* **PROBLEM**: Each line starting at the one that contains "f 130 133 32" and ending at the one that contains "f 181 183 84" must be returned exactly, and the rest of the listing is left out.

* **INFORMATION**:
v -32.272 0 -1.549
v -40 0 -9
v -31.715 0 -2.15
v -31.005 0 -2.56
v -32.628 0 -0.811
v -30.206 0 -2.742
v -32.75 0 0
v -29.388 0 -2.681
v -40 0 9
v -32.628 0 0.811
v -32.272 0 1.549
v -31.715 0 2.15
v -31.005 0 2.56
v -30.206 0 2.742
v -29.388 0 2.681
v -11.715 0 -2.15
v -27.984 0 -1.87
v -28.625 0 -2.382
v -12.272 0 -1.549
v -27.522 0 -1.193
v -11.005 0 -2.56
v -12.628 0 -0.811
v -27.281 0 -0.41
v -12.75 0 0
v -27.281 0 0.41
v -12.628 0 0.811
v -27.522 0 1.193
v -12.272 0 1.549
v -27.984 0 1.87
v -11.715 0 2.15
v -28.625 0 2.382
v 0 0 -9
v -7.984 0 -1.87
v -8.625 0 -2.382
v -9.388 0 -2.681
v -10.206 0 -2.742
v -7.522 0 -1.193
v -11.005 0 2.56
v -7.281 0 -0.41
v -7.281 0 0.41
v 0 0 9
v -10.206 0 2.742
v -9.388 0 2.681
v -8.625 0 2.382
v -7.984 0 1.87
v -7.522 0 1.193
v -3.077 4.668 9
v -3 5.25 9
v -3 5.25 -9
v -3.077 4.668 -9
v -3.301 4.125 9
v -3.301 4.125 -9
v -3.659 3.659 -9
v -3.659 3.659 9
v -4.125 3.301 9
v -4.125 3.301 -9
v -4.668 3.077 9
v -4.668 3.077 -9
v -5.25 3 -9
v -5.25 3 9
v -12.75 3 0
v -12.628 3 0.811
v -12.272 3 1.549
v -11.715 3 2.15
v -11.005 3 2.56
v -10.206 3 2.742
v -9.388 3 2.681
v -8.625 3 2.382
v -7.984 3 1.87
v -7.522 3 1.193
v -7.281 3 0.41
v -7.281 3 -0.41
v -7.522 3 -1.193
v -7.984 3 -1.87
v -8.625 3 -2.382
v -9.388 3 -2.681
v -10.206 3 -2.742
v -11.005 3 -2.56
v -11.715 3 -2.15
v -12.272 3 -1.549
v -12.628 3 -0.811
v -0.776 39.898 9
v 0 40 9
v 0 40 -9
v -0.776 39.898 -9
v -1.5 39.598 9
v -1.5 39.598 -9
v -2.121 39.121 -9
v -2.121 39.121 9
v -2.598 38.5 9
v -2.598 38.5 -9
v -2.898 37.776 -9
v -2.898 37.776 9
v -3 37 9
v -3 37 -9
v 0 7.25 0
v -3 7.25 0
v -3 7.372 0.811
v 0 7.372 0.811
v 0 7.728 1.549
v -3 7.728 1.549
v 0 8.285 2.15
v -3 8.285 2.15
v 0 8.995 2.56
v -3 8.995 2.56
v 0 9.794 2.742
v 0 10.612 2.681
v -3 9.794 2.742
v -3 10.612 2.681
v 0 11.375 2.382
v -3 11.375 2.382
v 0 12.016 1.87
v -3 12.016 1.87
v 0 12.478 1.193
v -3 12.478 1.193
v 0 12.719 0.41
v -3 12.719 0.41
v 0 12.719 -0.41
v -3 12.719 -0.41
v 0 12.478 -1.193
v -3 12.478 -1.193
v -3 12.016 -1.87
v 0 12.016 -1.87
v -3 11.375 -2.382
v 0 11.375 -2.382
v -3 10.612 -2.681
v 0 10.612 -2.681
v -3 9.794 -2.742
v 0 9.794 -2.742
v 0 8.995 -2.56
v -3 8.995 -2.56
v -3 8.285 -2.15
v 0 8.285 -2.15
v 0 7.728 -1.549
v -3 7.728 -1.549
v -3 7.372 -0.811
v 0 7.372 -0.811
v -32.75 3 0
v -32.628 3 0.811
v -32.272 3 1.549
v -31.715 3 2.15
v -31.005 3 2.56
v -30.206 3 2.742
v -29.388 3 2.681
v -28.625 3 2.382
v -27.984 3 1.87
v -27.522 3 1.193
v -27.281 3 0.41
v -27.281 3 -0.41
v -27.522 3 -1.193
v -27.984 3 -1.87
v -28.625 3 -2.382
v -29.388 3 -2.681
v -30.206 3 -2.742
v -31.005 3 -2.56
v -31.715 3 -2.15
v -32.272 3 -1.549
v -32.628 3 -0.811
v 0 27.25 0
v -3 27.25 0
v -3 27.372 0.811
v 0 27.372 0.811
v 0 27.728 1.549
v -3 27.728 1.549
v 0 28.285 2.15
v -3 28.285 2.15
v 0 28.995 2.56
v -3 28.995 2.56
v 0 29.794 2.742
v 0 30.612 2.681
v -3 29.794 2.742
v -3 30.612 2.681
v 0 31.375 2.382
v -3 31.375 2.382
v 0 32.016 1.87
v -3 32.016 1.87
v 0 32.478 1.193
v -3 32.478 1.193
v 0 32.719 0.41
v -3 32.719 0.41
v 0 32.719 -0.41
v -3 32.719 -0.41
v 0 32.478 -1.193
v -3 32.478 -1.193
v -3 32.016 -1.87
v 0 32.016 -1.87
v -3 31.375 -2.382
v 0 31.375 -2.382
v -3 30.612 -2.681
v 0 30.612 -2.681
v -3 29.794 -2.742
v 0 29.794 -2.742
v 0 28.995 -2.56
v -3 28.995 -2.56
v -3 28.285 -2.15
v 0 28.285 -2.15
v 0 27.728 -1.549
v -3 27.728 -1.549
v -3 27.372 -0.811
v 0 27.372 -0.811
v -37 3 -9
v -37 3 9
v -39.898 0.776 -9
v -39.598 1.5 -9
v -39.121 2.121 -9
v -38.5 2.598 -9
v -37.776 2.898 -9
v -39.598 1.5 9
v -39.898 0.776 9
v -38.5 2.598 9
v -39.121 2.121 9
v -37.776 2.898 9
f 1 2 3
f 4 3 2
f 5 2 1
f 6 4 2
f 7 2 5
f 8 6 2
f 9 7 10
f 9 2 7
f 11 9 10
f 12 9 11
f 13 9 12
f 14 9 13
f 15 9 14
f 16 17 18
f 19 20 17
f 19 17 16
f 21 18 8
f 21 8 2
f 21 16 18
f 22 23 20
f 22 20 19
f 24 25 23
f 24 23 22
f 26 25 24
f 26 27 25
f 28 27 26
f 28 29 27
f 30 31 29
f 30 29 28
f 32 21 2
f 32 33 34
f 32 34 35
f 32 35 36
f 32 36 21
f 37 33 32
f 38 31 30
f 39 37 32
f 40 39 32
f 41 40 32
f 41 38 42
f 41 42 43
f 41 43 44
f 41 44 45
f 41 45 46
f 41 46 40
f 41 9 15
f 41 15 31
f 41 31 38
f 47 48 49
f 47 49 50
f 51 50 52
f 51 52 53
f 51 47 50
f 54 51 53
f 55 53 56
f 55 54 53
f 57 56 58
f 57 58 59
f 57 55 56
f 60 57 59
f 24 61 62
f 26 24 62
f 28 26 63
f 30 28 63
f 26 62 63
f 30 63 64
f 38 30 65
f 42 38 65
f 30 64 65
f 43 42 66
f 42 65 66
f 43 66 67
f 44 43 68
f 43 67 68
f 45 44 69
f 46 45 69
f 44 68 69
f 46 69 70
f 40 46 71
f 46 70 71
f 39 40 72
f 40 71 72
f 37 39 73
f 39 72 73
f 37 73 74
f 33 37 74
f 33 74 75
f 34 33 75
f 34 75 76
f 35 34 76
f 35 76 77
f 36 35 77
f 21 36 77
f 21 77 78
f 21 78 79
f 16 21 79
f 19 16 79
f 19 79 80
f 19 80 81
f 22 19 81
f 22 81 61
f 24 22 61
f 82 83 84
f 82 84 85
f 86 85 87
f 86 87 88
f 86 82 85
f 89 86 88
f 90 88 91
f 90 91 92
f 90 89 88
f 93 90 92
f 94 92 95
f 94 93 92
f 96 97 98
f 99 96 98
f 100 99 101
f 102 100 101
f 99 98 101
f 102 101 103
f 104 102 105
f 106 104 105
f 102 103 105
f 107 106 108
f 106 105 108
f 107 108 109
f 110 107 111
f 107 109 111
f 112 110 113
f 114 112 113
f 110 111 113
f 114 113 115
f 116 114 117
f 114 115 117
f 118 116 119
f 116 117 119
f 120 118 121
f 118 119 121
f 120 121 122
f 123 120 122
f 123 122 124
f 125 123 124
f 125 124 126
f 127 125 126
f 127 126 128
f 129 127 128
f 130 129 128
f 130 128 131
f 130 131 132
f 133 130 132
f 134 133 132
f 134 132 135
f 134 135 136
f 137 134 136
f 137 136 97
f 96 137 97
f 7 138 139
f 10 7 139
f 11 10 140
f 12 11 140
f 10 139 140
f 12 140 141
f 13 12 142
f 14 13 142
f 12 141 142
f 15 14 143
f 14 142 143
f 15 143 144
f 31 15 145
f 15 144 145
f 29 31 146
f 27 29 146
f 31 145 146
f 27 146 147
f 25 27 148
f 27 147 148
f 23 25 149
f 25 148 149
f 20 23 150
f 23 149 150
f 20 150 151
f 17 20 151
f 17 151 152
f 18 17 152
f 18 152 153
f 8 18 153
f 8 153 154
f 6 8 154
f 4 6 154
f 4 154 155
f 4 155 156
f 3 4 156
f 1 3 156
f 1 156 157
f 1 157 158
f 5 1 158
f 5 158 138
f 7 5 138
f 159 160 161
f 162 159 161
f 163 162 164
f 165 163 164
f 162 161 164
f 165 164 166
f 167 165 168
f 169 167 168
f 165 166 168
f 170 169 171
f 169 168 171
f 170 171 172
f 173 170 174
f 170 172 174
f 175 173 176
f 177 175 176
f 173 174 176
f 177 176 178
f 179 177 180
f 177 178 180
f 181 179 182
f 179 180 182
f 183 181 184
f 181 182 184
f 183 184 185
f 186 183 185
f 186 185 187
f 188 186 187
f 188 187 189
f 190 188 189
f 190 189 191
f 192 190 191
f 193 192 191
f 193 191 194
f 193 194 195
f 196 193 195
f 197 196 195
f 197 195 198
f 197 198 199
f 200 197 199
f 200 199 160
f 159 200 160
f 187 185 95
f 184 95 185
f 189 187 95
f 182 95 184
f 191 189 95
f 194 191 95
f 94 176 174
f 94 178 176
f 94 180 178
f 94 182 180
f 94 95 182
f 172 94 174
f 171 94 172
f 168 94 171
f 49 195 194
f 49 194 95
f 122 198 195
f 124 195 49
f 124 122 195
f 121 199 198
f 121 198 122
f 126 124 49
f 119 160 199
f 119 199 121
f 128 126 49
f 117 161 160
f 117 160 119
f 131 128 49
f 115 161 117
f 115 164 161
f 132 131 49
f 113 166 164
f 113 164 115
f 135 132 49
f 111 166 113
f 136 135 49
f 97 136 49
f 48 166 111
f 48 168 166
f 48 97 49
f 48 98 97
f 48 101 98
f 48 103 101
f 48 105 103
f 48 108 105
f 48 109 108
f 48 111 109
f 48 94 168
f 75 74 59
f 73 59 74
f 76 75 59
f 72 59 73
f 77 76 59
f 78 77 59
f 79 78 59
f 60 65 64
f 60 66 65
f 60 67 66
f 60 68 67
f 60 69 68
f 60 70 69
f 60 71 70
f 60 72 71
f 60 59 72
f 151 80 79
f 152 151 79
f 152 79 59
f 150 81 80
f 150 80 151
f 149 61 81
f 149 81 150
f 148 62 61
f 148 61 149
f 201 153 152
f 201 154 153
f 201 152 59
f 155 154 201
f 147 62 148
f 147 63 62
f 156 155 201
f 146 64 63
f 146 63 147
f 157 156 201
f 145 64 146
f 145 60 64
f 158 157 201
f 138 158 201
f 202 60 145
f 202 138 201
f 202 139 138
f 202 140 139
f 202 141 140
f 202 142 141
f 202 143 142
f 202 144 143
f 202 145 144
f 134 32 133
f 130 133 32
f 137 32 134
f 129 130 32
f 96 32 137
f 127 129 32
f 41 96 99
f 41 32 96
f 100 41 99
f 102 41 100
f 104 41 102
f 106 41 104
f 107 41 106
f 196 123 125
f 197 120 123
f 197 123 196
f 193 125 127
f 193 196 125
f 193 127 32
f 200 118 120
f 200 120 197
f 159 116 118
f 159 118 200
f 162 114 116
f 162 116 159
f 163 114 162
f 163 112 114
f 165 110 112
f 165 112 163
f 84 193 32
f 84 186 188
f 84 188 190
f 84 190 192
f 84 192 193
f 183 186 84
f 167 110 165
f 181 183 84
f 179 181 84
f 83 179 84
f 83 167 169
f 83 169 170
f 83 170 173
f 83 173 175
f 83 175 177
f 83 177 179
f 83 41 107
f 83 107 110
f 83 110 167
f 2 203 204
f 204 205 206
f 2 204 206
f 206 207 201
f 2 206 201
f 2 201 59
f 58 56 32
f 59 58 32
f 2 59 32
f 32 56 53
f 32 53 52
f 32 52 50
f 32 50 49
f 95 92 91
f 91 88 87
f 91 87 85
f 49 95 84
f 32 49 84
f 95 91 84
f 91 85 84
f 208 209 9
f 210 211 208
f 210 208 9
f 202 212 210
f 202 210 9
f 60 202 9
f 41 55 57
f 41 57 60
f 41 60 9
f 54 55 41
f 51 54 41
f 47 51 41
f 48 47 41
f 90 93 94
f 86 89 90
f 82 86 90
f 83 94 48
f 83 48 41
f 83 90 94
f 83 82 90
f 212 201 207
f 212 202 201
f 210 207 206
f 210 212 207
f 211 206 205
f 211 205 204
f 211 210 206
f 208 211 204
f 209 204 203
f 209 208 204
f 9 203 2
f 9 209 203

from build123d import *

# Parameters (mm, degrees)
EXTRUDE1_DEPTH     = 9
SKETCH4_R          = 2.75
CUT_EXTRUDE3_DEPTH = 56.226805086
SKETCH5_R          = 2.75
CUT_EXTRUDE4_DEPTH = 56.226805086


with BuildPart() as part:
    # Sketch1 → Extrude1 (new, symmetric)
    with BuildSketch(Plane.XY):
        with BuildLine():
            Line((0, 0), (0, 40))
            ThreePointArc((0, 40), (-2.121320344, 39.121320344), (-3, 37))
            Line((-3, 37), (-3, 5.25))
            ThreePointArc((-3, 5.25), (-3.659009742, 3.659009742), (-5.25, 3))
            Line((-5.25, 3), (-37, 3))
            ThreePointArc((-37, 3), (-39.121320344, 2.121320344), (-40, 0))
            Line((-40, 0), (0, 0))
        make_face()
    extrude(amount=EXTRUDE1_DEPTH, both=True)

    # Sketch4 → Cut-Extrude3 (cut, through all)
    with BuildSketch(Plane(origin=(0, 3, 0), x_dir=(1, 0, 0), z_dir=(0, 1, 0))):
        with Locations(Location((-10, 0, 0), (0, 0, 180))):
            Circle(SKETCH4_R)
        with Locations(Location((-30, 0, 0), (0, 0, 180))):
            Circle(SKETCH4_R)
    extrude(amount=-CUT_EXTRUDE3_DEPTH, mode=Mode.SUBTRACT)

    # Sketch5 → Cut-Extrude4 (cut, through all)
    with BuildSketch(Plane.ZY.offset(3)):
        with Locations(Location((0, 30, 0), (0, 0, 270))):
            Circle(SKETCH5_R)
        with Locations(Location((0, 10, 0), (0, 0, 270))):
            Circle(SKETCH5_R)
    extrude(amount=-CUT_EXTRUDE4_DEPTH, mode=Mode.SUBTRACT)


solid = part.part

* **SOLVED EXERCISE**:
f 130 133 32
f 137 32 134
f 129 130 32
f 96 32 137
f 127 129 32
f 41 96 99
f 41 32 96
f 100 41 99
f 102 41 100
f 104 41 102
f 106 41 104
f 107 41 106
f 196 123 125
f 197 120 123
f 197 123 196
f 193 125 127
f 193 196 125
f 193 127 32
f 200 118 120
f 200 120 197
f 159 116 118
f 159 118 200
f 162 114 116
f 162 116 159
f 163 114 162
f 163 112 114
f 165 110 112
f 165 112 163
f 84 193 32
f 84 186 188
f 84 188 190
f 84 190 192
f 84 192 193
f 183 186 84
f 167 110 165
f 181 183 84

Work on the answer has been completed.